Combustion Research Facility, Sandia National Laboratories, Livermore, California 94551, United States.
Center for Computing Research, Sandia National Laboratories, Albuquerque, New Mexico 87185, United States.
J Chem Inf Model. 2023 Apr 24;63(8):2281-2295. doi: 10.1021/acs.jcim.2c01617. Epub 2023 Apr 12.
This paper focuses on the development of multifidelity modeling approaches using neural network surrogates, where training data arising from multiple model forms and resolutions are integrated to predict high-fidelity response quantities of interest at lower cost. We focus on the context of quantum chemistry and the integration of information from multiple levels of theory. Important foundations include the use of symmetry function-based atomic energy vector constructions as feature vectors for representing structures across families of molecules and single-fidelity neural network training capabilities that learn the relationships needed to map feature vectors to potential energy predictions. These foundations are embedded within several multifidelity topologies that decompose the high-fidelity mapping into model-based components, including sequential formulations that admit a general nonlinear mapping across fidelities and discrepancy-based formulations that presume an additive decomposition. Methodologies are first explored and demonstrated on a pair of simple analytical test problems and then deployed for potential energy prediction for CH using B2PLYP-D3/6-311++G(d,p) for high-fidelity simulation data and Hartree-Fock 6-31G for low-fidelity data. For the common case of limited access to high-fidelity data, our computational results demonstrate that multifidelity neural network potential energy surface constructions achieve roughly an order of magnitude improvement, either in terms of test error reduction for equivalent total simulation cost or reduction in total cost for equivalent error.
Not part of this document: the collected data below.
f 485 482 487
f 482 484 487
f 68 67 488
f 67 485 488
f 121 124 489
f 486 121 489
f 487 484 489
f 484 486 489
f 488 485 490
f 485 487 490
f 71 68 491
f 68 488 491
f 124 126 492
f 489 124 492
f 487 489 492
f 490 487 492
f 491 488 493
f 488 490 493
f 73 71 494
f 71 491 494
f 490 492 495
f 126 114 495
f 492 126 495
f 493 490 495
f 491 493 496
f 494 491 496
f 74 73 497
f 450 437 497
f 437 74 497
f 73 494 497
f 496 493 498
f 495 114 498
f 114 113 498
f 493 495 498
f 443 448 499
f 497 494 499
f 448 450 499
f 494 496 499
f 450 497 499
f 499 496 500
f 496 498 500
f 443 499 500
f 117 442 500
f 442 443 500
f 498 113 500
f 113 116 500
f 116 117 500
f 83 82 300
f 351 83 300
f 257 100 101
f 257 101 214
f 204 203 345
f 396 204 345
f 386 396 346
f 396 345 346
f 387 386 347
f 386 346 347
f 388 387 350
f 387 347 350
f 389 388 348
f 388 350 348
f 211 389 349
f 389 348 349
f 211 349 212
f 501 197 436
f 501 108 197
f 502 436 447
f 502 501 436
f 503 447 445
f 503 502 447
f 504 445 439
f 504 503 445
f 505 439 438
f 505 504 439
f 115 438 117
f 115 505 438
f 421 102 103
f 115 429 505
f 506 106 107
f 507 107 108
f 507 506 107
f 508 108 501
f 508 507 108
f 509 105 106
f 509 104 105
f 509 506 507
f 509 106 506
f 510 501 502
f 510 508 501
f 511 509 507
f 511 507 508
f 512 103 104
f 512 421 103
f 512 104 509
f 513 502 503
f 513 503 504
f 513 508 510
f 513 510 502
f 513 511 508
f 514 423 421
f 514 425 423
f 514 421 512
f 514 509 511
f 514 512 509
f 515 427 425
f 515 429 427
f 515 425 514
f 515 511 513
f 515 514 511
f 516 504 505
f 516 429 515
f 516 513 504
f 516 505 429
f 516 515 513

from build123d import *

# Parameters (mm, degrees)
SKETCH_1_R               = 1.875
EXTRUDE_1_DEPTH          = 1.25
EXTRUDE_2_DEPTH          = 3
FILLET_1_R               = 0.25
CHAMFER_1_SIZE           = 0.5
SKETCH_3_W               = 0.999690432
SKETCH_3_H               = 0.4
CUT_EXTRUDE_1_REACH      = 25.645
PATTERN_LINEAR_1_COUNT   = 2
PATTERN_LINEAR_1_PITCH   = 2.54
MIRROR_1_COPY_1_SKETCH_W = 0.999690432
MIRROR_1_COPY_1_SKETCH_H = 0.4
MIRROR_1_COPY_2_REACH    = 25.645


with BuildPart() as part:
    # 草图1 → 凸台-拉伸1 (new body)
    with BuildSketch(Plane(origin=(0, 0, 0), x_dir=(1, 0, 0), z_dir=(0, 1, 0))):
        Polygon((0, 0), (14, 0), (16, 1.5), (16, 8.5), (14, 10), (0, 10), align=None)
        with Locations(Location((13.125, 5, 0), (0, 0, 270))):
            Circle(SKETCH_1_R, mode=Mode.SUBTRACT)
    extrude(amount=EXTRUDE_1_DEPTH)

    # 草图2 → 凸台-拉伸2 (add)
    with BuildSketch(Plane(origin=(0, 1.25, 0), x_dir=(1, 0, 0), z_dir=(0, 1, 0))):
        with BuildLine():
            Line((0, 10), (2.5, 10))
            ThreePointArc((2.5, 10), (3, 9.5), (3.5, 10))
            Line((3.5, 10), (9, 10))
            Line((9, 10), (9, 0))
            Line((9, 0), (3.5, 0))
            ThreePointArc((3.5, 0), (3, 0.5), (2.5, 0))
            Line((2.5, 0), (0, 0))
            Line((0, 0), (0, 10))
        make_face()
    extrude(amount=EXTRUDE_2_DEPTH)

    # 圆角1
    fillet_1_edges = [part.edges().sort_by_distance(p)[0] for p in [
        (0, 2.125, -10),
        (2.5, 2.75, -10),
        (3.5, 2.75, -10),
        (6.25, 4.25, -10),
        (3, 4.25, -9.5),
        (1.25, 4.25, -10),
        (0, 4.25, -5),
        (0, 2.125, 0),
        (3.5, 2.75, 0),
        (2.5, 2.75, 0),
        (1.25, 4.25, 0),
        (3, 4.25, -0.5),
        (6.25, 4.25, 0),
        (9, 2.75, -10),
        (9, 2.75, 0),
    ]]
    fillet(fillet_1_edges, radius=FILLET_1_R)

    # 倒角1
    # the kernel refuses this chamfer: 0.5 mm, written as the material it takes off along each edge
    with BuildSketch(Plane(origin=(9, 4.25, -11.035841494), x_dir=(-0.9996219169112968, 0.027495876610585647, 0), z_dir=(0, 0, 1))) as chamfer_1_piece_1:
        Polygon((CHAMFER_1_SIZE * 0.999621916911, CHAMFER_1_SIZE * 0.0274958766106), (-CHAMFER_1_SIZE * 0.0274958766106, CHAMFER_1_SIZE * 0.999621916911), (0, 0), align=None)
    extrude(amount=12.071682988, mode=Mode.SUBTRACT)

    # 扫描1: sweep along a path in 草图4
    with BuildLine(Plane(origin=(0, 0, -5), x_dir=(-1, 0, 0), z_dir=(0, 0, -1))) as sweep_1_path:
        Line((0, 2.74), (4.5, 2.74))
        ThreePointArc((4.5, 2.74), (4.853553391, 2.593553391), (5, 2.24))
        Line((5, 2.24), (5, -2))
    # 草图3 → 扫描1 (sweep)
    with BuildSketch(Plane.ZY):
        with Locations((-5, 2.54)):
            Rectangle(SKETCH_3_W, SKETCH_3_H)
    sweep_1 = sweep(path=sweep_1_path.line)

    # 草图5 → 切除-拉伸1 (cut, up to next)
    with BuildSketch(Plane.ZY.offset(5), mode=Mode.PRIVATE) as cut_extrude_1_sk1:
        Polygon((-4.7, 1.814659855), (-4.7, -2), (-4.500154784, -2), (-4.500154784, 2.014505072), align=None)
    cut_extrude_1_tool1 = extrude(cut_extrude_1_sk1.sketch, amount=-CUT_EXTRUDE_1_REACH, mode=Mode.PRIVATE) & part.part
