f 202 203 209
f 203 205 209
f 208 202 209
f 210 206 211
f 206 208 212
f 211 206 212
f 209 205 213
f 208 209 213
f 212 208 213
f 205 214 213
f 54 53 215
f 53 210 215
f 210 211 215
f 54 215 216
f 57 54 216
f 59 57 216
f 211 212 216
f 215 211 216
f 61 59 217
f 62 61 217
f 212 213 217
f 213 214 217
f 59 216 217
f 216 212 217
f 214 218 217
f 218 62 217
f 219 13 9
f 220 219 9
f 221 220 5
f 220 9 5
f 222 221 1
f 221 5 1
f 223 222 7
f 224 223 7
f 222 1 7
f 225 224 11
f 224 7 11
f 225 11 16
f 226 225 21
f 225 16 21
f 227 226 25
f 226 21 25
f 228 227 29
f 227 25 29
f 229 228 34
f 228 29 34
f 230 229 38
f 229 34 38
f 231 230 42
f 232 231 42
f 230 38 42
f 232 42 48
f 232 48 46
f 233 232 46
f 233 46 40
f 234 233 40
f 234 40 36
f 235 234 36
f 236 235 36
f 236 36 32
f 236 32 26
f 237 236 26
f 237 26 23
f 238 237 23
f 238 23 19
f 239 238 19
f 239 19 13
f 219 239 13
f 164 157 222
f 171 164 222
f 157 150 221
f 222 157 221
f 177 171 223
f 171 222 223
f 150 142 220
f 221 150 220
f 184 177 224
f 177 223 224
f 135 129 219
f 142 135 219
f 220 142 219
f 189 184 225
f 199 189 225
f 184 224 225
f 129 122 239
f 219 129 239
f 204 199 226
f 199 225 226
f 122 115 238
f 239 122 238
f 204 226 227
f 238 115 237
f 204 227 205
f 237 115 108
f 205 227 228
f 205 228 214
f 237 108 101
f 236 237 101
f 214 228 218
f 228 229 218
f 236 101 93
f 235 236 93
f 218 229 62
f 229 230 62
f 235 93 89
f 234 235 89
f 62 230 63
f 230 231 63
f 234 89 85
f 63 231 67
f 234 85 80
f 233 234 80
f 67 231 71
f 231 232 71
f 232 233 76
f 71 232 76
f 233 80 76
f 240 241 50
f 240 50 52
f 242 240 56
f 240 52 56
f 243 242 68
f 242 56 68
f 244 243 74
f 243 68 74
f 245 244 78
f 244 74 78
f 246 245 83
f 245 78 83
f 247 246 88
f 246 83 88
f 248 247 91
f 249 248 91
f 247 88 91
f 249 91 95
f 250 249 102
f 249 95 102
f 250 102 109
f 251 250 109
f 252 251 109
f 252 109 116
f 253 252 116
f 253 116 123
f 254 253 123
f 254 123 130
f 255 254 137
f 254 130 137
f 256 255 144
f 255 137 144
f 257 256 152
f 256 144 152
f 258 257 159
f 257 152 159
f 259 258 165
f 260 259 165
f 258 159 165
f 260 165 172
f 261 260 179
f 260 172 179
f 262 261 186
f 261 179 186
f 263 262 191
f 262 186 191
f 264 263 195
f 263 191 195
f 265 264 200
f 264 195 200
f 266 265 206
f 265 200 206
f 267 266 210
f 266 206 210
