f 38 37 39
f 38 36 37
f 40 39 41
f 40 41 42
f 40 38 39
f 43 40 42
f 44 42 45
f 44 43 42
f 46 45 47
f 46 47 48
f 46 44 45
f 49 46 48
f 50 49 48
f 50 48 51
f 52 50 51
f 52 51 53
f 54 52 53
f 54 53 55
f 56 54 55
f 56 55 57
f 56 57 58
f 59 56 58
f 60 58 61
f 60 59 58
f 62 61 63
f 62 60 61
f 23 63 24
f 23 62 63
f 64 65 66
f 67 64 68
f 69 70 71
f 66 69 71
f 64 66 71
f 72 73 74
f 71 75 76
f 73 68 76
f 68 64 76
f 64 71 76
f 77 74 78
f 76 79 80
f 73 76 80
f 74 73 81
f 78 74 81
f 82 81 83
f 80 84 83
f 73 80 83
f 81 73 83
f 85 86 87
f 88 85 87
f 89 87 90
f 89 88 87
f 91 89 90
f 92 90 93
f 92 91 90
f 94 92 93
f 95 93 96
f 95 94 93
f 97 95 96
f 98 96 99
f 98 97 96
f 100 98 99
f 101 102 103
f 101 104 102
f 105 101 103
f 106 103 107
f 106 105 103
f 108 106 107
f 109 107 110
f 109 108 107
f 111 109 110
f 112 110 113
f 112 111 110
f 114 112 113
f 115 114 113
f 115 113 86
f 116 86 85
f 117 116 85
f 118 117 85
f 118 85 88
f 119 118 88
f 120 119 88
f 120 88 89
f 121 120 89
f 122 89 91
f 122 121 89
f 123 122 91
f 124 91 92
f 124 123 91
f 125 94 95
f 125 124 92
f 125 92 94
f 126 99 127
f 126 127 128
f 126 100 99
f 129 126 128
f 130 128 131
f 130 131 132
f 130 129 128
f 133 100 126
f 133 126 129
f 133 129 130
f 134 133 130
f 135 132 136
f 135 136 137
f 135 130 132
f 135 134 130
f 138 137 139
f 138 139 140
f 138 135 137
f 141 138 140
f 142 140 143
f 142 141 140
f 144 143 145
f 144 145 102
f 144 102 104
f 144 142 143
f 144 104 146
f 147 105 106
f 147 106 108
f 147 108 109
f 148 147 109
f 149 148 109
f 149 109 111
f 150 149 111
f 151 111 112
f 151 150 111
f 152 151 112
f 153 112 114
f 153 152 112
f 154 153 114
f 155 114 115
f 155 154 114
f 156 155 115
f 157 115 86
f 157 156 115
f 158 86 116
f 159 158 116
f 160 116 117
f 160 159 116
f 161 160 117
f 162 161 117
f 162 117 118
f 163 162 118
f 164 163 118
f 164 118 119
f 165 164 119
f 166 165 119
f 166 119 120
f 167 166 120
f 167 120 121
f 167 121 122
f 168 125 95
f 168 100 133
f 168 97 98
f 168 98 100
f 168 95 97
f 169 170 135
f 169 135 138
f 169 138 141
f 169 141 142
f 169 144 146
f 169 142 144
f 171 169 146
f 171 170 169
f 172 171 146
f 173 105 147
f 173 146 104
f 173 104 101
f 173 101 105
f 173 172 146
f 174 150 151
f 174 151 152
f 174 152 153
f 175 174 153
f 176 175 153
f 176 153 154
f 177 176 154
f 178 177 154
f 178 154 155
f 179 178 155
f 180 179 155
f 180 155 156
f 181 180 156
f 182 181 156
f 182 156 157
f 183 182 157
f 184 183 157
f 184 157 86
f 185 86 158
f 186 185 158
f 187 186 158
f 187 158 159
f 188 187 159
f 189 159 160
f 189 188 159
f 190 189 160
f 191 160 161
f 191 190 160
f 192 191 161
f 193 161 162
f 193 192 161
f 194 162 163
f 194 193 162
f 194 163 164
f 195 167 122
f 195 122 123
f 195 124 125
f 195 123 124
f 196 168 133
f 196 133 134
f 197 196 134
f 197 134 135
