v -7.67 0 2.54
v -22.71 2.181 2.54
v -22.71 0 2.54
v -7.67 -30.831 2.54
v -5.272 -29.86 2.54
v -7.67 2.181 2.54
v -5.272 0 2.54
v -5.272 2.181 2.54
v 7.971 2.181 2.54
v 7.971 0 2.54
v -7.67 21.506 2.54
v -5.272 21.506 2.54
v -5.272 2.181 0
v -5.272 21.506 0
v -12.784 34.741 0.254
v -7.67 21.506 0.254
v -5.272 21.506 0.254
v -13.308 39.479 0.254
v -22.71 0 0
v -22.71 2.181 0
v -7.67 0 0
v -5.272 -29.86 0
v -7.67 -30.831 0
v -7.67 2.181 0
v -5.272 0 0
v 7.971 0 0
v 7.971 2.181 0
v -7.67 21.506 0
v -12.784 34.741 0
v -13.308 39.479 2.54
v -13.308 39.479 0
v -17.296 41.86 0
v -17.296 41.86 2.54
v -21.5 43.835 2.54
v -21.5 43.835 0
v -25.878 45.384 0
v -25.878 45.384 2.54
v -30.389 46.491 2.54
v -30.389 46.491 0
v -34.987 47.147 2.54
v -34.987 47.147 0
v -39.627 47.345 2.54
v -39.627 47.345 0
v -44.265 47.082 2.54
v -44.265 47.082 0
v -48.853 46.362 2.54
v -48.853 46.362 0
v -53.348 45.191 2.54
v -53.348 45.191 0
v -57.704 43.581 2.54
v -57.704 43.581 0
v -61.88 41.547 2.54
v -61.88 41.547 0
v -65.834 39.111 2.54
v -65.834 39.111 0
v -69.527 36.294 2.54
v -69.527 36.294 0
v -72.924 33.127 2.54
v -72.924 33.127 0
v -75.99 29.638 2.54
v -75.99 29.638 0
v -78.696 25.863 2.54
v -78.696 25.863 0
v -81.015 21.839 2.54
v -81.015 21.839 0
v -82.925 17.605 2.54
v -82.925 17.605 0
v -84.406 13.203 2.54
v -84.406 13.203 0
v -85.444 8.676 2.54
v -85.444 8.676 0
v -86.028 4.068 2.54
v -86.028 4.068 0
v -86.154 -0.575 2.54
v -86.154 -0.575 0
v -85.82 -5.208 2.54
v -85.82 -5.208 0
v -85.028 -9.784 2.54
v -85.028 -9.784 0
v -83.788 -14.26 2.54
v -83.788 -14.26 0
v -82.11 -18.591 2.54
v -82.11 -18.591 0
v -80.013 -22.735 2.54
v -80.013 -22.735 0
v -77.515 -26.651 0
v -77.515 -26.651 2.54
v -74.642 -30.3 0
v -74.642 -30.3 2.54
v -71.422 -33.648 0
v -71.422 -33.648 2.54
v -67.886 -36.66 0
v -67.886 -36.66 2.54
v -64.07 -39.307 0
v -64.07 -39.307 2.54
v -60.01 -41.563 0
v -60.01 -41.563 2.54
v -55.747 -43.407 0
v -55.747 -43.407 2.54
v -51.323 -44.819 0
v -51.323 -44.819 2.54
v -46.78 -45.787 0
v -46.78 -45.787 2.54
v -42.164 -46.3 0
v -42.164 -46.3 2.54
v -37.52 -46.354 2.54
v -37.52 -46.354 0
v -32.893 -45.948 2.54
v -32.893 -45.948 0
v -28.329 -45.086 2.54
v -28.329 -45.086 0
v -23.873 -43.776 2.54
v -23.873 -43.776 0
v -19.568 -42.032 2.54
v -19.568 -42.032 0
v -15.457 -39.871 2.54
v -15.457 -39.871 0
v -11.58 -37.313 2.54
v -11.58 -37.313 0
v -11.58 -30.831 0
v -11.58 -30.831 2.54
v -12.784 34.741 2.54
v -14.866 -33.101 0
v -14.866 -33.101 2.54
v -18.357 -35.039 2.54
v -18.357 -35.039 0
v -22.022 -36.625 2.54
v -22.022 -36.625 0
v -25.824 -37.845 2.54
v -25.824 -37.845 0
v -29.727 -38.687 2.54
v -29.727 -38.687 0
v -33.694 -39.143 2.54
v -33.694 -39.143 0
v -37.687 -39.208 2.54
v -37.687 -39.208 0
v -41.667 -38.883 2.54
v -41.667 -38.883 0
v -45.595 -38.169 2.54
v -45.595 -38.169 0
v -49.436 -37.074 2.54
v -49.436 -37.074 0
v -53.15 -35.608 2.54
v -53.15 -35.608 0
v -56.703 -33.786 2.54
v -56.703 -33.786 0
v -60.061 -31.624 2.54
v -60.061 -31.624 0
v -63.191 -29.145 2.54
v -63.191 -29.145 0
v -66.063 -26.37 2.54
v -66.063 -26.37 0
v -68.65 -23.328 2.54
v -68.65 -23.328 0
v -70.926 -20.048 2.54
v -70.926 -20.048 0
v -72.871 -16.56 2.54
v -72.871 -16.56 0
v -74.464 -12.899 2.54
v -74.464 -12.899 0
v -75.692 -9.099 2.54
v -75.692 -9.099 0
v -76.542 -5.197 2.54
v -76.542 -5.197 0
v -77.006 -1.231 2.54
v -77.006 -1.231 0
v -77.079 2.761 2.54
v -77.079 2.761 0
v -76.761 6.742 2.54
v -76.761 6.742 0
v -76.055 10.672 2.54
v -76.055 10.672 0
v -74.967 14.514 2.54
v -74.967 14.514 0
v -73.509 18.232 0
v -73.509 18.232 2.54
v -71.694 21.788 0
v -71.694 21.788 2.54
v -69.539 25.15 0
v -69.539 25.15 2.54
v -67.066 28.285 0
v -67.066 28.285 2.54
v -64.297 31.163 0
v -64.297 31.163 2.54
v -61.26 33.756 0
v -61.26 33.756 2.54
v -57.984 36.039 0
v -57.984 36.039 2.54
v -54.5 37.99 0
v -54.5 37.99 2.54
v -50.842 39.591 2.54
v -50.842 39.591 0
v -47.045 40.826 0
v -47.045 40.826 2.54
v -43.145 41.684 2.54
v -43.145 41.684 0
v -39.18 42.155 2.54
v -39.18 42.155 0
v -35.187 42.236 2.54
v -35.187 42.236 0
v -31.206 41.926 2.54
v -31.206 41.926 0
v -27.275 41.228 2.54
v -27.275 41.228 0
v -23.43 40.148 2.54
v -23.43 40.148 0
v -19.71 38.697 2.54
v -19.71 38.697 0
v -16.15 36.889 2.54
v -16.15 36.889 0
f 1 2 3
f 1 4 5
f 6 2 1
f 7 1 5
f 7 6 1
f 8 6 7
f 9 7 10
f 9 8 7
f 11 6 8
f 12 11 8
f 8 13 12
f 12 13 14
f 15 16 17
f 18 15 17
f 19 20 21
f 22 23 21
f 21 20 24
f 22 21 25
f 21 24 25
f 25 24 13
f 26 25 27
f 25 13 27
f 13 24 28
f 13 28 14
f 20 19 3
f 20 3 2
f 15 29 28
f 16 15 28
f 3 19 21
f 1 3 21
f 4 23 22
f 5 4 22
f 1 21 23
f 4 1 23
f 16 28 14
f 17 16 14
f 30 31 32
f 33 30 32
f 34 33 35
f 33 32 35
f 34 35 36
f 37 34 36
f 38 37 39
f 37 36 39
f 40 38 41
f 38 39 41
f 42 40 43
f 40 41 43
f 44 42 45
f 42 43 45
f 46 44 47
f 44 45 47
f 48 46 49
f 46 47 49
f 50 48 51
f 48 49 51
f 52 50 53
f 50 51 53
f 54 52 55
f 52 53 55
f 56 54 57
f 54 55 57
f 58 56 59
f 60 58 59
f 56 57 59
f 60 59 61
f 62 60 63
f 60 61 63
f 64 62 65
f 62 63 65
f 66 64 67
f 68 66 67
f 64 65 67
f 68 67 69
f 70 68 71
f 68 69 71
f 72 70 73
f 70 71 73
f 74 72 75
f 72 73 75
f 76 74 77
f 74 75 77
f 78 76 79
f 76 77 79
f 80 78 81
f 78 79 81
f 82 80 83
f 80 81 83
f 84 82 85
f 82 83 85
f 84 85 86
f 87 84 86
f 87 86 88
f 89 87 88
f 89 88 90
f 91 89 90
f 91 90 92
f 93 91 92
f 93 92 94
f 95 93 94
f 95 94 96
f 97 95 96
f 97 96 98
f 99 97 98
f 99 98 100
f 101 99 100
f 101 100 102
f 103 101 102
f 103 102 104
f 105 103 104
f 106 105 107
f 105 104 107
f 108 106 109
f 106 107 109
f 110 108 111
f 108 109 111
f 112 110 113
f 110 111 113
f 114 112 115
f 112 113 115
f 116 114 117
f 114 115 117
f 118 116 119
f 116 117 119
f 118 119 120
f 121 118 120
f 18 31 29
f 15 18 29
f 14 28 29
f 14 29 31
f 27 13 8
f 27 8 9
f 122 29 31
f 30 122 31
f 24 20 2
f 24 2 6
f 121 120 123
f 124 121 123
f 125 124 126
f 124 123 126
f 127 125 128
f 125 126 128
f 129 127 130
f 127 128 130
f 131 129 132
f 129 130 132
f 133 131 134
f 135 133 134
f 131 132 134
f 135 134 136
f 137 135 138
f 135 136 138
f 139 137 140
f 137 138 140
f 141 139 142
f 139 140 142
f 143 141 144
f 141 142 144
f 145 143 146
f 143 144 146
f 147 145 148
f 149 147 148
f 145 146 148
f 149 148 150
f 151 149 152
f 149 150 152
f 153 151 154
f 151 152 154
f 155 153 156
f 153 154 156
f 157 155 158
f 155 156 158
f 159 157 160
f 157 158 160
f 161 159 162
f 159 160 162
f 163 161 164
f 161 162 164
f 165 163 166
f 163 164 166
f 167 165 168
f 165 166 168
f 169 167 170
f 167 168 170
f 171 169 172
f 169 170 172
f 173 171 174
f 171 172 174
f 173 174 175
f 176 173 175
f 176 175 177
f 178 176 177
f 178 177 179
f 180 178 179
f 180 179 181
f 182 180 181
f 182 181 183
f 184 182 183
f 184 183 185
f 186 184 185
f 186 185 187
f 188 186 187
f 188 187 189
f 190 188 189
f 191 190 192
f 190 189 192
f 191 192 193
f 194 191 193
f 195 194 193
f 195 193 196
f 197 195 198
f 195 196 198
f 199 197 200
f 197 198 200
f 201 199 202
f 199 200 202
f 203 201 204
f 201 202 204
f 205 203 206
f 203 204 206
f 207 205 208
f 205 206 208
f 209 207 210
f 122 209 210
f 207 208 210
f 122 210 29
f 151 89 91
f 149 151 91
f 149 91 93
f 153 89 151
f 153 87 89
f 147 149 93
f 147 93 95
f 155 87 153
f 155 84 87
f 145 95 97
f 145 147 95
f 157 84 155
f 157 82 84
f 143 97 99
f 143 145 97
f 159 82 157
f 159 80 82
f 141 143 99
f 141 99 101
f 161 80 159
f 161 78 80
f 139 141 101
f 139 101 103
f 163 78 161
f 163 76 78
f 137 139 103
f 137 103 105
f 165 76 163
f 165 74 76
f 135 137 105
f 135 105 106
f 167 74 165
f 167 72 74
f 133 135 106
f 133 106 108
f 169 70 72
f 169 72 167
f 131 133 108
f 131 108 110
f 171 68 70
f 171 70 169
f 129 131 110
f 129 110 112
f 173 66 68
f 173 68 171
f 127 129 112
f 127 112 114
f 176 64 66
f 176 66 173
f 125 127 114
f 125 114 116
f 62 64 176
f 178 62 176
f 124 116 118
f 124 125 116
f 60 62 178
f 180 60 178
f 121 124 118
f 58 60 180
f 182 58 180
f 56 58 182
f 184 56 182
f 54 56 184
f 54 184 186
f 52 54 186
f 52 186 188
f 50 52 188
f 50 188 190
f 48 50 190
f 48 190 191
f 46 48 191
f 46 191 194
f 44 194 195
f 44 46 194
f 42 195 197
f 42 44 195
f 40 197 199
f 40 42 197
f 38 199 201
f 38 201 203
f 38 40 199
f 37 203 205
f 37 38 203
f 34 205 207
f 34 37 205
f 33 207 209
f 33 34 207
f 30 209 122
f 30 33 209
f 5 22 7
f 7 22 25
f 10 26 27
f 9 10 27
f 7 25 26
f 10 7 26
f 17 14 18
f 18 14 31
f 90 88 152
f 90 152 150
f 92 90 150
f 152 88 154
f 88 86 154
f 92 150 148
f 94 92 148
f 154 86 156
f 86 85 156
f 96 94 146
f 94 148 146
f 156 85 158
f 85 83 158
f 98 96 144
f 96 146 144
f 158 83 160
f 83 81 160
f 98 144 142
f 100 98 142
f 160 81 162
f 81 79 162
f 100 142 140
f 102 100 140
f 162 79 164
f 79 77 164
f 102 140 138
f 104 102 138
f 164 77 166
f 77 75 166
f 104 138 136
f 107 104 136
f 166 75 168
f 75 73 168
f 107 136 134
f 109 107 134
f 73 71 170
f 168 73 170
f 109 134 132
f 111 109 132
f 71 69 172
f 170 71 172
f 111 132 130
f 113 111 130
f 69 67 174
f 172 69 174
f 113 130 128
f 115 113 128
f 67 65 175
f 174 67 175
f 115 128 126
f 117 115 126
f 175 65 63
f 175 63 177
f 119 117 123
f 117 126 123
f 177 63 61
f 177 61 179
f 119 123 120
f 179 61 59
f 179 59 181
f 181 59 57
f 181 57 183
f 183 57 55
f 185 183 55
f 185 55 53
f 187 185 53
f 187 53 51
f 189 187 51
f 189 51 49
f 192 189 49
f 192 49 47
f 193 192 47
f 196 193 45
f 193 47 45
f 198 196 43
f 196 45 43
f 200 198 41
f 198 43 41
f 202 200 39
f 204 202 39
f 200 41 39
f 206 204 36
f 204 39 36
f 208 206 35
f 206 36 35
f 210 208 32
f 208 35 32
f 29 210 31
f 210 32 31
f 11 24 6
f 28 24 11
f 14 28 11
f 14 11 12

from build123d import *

# Parameters (mm, degrees)
F1_DEPTH = 2.54
F0_W     = 2.3982011194
F0_H     = 19.3259103689
F0_W_2   = 15.039473772
F0_H_2   = 2.1805369761
F0_W_3   = 13.2428539504
F2_DEPTH = 0.254


with BuildPart() as f1:
    # F0 (on Top) → F1 (new body)
    with BuildSketch(Plane.XY):
        with BuildLine():
            ThreePointArc((-11.580394581, -30.8309197426), (-77.0911936393, 0.7641380252), (-12.78355252, 34.7411856055))
            Line((-12.78355252, 34.7411856055), (-13.3079187945, 39.4789241254))
            ThreePointArc((-13.3079187945, 39.4789241254), (-86.1539650826, -0.5750175297), (-11.580394581, -37.3125635087))
            Line((-11.580394581, -37.3125635087), (-11.580394581, -30.8309197426))
        make_face()
    extrude(amount=F1_DEPTH)


with BuildPart() as f1b:
    # F0 (on Top) → F1, piece 2 (new body)
    with BuildSketch(Plane.XY):
        with Locations((-6.4710318836, 11.8434921606)):
            Rectangle(F0_W, F0_H)
        Polygon((-7.6701324433, 0), (-7.6701324433, -30.8309197426), (-5.2719313239, -29.8604014784), (-5.2719313239, 0), align=None)
        with Locations((-15.1898693293, 1.090268488)):
            Rectangle(F0_W_2, F0_H_2)
        with Locations((1.3494956513, 1.090268488)):
            Rectangle(F0_W_3, F0_H_2)
        with Locations((-6.4710318836, 1.090268488)):
            Rectangle(F0_W, F0_H_2)
    extrude(amount=F1_DEPTH)


with BuildPart() as f2:
    # F0 (on Top) → F2 (new body)
    with BuildSketch(Plane.XY):
        Polygon((-13.3079187945, 39.4789241254), (-12.78355252, 34.7411856055), (-7.6701324433, 21.506447345), (-5.2719313239, 21.506447345), align=None)
    extrude(amount=F2_DEPTH)


solid = Compound([f1.part, f1b.part, f2.part])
本文专注于使用神经网络代理开发多保真建模方法,其中整合了来自多种模型形式和分辨率的训练数据,以更低的成本预测高保真感兴趣的响应量。我们专注于量子化学的背景和来自多个理论层次的信息的整合。重要的基础包括使用基于对称函数的原子能量向量构造作为特征向量,以表示分子家族和单保真神经网络训练能力中的结构,这些能力学习将特征向量映射到势能预测所需的关系。这些基础嵌入在几种多保真拓扑结构中,将高保真映射分解为基于模型的组件,包括允许跨保真度的一般非线性映射的顺序公式和假定附加分解的差异公式。方法首先在一对简单的分析测试问题上进行了探索和演示,然后部署用于 CH 的势能预测,对于高保真模拟数据使用 B2PLYP-D3/6-311++G(d,p),对于低保真数据使用 Hartree-Fock 6-31G。对于访问高保真数据有限的常见情况,我们的计算结果表明,多保真神经网络势能表面构造在等效总模拟成本的测试误差减少或等效误差的总成本减少方面,都取得了大约一个数量级的改进。